Going forward with AI we need to find ways to emphasise comprehension of subject matters. We also need to accept the potential of AI to write for us, to help us write our ideas. The danger does lie in the lack of comprehension, but arguably there is a lot of lack of comphrension already, AI is just bringing out of the system the latent lack of student integrity and exposing it.

Academic writing in the traditional sense may well be ultimately largely supplanted by AI, but academic reading (and all other forms of learning, argument formation and thinking) cannot be allowed to do so. Indeed, in exposing the possible lack of motivation in the system, we can use this to think of new ways to engage students in understanding their subjects and helping them want to understand their subjects. The best the AI can be for us is probably be a new interlocutor. As soon as we have our new research insight, it goes into the system (the available research). From here it can be accessed by the AI to help other researchers, who must think carefully and through their own multiple inputs create new insights.
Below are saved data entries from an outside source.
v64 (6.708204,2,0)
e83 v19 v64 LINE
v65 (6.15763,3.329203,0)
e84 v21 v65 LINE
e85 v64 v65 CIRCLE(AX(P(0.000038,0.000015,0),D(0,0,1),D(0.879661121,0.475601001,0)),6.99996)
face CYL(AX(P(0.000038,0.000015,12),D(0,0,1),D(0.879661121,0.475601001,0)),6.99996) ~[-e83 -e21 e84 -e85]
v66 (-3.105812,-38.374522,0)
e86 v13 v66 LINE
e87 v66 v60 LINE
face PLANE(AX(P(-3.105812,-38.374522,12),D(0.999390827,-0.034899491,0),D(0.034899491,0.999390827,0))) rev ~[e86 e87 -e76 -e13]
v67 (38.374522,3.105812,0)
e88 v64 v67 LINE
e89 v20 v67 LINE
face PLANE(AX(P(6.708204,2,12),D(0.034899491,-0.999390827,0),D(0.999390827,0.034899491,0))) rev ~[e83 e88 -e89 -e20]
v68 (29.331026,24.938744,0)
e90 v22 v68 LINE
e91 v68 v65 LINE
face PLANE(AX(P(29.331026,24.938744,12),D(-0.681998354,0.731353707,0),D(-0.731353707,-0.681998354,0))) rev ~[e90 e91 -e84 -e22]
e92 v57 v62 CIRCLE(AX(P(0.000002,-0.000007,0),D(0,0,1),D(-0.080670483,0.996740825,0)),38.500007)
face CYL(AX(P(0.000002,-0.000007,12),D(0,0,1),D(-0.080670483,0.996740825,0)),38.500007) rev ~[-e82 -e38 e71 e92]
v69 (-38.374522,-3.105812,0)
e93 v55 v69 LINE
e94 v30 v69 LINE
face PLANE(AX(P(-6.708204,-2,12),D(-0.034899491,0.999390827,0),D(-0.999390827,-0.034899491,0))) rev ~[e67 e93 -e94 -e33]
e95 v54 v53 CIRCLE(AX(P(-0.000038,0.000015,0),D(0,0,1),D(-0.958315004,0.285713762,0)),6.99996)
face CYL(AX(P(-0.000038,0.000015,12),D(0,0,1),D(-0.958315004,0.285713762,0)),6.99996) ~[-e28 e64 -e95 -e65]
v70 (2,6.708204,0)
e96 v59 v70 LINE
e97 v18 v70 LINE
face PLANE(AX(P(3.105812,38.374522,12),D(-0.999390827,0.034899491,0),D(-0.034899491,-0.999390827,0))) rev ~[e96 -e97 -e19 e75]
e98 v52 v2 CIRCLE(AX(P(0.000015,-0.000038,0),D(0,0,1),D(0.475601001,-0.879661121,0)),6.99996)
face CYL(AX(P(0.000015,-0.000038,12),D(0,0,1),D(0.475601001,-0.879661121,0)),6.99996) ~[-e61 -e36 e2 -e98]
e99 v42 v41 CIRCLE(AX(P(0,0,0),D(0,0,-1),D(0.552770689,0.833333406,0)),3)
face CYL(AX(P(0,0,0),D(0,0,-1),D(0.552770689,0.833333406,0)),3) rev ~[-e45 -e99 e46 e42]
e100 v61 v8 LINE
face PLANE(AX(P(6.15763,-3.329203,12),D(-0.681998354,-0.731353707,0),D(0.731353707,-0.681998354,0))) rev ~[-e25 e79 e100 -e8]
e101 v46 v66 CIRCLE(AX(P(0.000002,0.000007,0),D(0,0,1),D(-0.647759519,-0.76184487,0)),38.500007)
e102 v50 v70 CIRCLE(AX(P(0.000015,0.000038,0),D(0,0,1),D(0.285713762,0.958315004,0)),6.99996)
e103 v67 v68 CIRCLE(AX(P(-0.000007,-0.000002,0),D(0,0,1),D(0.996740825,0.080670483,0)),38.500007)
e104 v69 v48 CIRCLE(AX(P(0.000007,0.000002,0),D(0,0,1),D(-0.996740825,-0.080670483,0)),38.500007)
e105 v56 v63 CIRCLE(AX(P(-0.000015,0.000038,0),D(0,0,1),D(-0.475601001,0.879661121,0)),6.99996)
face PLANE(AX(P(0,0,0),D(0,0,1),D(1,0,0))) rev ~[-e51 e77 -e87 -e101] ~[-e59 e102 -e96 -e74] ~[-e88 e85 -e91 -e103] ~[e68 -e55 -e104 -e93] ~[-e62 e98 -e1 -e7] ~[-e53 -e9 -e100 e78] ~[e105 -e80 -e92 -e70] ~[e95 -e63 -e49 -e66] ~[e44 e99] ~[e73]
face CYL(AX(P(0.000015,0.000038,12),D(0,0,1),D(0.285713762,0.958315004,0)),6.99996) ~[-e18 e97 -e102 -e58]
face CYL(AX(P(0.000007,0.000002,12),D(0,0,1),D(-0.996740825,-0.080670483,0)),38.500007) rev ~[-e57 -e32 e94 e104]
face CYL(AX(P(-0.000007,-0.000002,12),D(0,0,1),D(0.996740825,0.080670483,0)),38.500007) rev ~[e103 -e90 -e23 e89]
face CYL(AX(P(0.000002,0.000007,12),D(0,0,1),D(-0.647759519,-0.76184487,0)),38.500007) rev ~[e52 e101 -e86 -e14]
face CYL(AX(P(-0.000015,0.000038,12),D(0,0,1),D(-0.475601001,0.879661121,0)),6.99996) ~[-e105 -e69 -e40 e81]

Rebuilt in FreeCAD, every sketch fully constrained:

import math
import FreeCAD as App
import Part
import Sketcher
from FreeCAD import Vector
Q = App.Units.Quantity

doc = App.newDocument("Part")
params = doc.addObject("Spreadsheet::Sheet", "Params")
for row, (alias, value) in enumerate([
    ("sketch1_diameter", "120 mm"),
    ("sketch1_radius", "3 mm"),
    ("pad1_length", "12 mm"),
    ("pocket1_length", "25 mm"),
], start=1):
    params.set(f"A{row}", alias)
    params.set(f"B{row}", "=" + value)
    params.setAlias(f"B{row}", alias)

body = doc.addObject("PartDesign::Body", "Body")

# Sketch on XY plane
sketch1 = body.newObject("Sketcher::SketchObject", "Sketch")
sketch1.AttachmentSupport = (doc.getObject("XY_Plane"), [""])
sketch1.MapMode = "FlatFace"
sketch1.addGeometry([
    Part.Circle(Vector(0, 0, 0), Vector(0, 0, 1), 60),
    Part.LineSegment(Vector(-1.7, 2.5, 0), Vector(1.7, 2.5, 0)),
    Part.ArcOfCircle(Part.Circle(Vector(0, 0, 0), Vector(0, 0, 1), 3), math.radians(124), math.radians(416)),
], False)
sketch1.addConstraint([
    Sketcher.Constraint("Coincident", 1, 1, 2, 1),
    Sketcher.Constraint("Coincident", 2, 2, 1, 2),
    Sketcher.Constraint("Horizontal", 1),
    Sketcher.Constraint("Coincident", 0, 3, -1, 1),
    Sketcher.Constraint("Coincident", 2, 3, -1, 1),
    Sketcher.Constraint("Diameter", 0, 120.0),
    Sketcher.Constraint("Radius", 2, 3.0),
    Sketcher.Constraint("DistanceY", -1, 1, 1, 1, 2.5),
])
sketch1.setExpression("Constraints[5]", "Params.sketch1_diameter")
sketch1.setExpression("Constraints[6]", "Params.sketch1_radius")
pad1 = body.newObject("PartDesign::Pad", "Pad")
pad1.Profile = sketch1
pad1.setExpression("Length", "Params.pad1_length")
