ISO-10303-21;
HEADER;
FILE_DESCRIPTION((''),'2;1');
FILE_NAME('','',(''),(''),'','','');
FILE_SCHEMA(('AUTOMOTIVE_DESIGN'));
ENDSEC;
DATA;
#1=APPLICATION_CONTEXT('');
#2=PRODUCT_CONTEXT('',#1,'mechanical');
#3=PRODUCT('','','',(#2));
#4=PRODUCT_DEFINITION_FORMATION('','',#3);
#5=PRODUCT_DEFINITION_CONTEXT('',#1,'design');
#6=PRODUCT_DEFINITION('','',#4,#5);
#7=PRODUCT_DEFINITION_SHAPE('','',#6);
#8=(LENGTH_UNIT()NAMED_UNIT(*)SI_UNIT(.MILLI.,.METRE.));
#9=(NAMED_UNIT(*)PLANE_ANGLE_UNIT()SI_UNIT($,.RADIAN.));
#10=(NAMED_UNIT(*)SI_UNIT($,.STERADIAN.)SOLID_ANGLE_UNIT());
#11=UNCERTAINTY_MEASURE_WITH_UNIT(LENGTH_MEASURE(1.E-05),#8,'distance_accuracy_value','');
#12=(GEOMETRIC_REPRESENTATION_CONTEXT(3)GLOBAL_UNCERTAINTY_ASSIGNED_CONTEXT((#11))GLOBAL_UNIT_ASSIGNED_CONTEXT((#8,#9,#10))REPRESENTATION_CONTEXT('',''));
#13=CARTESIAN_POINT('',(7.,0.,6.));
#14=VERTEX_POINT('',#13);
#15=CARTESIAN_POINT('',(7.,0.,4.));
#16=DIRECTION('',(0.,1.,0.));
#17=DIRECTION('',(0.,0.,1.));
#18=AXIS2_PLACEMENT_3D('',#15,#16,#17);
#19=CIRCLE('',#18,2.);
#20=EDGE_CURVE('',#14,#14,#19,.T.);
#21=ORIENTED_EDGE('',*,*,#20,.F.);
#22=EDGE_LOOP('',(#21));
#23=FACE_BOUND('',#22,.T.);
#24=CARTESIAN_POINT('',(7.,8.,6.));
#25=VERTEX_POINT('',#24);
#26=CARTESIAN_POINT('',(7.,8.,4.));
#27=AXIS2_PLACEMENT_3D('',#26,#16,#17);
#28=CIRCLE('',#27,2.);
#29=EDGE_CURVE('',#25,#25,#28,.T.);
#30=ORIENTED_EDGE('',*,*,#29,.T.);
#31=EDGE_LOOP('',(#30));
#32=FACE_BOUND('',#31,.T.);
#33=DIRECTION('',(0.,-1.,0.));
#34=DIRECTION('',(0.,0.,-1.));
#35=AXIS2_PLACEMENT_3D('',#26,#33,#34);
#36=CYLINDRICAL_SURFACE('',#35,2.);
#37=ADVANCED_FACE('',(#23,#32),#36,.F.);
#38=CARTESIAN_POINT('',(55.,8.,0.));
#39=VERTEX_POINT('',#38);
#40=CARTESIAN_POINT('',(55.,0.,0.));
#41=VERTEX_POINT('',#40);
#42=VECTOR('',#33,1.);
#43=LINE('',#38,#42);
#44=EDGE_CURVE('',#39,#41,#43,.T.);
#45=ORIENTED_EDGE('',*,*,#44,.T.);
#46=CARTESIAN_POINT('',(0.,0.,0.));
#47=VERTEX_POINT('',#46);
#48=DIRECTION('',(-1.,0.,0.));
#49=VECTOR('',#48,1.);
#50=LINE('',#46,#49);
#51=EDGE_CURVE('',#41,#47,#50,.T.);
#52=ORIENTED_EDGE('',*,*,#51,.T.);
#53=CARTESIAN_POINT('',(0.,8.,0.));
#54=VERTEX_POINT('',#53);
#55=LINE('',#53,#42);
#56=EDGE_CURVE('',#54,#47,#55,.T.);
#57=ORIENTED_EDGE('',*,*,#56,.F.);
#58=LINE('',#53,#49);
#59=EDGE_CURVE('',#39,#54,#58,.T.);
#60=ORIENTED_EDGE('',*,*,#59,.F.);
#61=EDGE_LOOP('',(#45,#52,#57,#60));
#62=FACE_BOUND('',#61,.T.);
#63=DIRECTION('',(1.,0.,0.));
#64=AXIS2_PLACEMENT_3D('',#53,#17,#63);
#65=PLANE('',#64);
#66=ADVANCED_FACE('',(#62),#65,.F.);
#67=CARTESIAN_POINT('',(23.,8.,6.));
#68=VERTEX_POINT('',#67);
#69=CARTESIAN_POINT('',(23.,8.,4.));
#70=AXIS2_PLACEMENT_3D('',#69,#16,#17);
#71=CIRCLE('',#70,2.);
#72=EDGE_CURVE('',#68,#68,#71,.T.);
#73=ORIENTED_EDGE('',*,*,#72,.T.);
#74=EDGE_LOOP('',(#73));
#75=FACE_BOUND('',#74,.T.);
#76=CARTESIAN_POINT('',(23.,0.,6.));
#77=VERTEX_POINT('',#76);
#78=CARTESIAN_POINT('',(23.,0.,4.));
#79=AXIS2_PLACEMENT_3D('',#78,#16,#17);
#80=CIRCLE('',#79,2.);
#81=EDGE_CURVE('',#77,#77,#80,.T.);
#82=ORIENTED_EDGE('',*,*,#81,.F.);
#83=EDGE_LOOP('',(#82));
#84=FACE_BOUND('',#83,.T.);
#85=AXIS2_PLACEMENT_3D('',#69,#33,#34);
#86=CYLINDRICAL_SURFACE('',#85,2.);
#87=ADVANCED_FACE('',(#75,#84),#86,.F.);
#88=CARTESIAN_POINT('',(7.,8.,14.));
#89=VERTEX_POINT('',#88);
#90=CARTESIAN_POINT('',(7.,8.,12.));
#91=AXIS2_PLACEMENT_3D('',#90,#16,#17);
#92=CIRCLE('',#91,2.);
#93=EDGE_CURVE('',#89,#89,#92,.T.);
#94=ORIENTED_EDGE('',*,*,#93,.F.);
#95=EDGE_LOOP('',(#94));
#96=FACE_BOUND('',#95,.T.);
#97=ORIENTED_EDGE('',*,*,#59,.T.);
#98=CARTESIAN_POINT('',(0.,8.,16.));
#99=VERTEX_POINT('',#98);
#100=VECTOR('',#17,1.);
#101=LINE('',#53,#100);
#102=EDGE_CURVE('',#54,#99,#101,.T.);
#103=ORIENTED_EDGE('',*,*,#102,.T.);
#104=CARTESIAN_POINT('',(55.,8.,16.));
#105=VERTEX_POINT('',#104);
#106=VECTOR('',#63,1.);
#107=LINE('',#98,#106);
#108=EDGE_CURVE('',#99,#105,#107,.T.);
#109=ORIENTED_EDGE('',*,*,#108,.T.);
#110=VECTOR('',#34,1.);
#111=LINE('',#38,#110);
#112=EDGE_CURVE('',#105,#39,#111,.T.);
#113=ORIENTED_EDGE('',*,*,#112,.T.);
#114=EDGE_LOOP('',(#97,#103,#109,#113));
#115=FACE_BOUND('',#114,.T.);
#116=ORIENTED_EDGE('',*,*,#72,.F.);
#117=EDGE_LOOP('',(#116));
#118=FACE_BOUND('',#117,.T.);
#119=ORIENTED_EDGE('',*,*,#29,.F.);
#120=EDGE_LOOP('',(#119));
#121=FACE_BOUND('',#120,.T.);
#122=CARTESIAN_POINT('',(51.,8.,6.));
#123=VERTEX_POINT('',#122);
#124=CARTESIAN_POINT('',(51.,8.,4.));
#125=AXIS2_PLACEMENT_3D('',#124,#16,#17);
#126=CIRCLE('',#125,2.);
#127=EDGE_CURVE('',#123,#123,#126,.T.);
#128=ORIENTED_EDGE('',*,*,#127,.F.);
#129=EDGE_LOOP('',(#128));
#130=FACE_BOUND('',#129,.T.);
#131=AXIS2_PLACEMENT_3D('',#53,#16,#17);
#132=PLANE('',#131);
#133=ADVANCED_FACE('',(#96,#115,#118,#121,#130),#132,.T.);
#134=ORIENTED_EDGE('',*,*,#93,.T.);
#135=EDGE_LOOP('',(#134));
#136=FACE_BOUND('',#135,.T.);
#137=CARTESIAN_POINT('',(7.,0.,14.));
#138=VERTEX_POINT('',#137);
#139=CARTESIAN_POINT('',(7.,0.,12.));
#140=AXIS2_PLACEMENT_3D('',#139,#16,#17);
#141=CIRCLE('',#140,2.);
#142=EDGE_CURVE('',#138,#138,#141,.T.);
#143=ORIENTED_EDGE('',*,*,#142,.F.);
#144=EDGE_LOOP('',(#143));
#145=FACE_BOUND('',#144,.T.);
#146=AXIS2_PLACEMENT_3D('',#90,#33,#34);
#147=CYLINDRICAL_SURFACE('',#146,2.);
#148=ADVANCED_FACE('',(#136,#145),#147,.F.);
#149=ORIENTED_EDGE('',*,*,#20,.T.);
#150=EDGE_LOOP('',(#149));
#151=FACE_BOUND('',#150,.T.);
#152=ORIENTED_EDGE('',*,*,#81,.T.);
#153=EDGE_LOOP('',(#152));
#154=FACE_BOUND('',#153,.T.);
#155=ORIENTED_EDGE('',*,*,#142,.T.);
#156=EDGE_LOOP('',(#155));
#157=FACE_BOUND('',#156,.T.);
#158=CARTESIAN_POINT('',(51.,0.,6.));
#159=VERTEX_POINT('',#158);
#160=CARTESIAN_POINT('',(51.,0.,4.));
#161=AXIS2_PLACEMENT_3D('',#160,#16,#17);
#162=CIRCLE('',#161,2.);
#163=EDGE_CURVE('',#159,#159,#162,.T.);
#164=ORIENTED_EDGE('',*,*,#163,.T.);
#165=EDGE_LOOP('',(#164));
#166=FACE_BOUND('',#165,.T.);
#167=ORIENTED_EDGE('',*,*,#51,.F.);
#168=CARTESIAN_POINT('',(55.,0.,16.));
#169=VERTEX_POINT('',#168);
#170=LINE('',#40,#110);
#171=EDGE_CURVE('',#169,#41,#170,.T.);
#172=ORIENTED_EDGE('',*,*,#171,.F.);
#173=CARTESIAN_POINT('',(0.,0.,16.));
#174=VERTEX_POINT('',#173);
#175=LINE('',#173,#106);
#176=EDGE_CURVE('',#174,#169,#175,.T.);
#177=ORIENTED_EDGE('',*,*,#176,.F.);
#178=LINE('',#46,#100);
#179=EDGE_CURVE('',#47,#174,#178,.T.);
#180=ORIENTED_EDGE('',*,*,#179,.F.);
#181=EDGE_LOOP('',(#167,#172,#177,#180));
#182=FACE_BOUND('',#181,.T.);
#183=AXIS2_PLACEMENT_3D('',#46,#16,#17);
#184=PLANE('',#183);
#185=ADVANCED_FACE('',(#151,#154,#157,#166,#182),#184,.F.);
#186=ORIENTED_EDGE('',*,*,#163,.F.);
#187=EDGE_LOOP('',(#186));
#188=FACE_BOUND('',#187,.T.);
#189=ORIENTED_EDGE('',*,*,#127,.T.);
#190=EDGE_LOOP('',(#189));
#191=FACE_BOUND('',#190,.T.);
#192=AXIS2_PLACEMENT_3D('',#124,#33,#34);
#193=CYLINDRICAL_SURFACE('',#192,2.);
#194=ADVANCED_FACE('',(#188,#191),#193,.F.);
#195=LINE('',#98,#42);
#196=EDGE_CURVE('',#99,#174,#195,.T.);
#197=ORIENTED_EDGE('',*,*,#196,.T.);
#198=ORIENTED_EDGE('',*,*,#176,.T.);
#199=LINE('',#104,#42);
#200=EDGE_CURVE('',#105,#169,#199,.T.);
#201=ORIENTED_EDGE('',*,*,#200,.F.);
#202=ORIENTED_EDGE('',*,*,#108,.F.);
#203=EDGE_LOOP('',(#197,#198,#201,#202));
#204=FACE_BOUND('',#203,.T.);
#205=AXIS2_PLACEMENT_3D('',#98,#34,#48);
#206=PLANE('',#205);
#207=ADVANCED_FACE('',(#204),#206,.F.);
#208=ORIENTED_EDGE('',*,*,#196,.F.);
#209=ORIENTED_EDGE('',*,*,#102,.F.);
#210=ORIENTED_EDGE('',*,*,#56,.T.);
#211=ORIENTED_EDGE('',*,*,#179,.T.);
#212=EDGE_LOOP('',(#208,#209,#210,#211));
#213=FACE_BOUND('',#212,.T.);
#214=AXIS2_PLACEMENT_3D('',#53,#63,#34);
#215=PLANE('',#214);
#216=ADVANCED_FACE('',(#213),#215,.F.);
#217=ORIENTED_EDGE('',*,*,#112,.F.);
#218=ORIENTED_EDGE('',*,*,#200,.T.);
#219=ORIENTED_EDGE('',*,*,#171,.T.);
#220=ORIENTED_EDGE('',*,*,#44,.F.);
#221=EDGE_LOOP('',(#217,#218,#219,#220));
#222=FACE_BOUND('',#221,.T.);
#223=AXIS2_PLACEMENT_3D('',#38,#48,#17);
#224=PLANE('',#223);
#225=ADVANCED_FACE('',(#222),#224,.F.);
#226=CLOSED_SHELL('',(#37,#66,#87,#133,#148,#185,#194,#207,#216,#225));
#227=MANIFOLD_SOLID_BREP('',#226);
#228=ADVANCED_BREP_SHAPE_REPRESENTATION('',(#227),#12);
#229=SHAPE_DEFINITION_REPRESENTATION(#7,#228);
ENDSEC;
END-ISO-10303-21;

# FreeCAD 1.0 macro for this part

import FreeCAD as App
import Part
import Sketcher
Q = App.Units.Quantity


def add_polygon(sketch, points):
    """Adds a closed chain of lines whose ends are joined by coincident constraints."""
    first, n = sketch.GeometryCount, len(points)
    for a, b in zip(points, points[1:] + points[:1]):
        sketch.addGeometry(Part.LineSegment(App.Vector(*a, 0), App.Vector(*b, 0)), False)
    for i in range(n):
        sketch.addConstraint(Sketcher.Constraint("Coincident", first + i, 2, first + (i + 1) % n, 1))

doc = App.newDocument("Part")
body = doc.addObject("PartDesign::Body", "Body")

# Sketch on XZ plane
sketch1 = body.newObject("Sketcher::SketchObject", "Sketch")
sketch1.AttachmentSupport = (doc.getObject("XZ_Plane"), [""])
sketch1.MapMode = "FlatFace"
add_polygon(sketch1, [(0, 0), (0, 16), (55, 16), (55, 0)])  # lines 0-3
sketch1.addGeometry(Part.Circle(App.Vector(7, 12, 0), App.Vector(0, 0, 1), 2), False)  # 4
sketch1.addGeometry(Part.Circle(App.Vector(7, 4, 0), App.Vector(0, 0, 1), 2), False)  # 5
sketch1.addGeometry(Part.Circle(App.Vector(23, 4, 0), App.Vector(0, 0, 1), 2), False)  # 6
sketch1.addGeometry(Part.Circle(App.Vector(51, 4, 0), App.Vector(0, 0, 1), 2), False)  # 7
sketch1.addConstraint([
    Sketcher.Constraint("Vertical", 0),
    Sketcher.Constraint("Horizontal", 1),
    Sketcher.Constraint("Vertical", 2),
    Sketcher.Constraint("Horizontal", 3),
    Sketcher.Constraint("Coincident", 3, 2, -1, 1),
    Sketcher.Constraint("Equal", 4, 5),
    Sketcher.Constraint("Equal", 5, 6),
    Sketcher.Constraint("Equal", 6, 7),
    Sketcher.Constraint("Horizontal", 5, 3, 6, 3),
    Sketcher.Constraint("Horizontal", 6, 3, 7, 3),
    Sketcher.Constraint("Vertical", 4, 3, 5, 3),
    Sketcher.Constraint("Diameter", 4, Q("4 mm")),
    Sketcher.Constraint("DistanceX", 1, 1, 1, 2, Q("55 mm")),
    Sketcher.Constraint("DistanceY", 0, 1, 0, 2, Q("16 mm")),
    Sketcher.Constraint("DistanceX", -1, 1, 4, 3, Q("7 mm")),
    Sketcher.Constraint("DistanceY", -1, 1, 4, 3, Q("12 mm")),
    Sketcher.Constraint("DistanceY", -1, 1, 5, 3, Q("4 mm")),
    Sketcher.Constraint("DistanceX", -1, 1, 6, 3, Q("23 mm")),
    Sketcher.Constraint("DistanceX", -1, 1, 7, 3, Q("51 mm")),
])
pad1 = body.newObject("PartDesign::Pad", "Pad")
pad1.Profile = sketch1
pad1.Length = 8
pad1.Reversed = True

doc.recompute()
So the guilt issue should not be view so much as an issue with writing; it’s an issue with comprehension. We need to absolve ourselves of this nebulous guilt by the best practice of writing with AI and ensure that we remain active comprehenders, processors and producers of information —as opposed to passive receivers of AI insights. So long as we are exercising our capacities to think and comprehend to the best of our ability, then the AI becomes a partner that could be incredibly empowering. The danger lies in our, handing cognition and production over to it.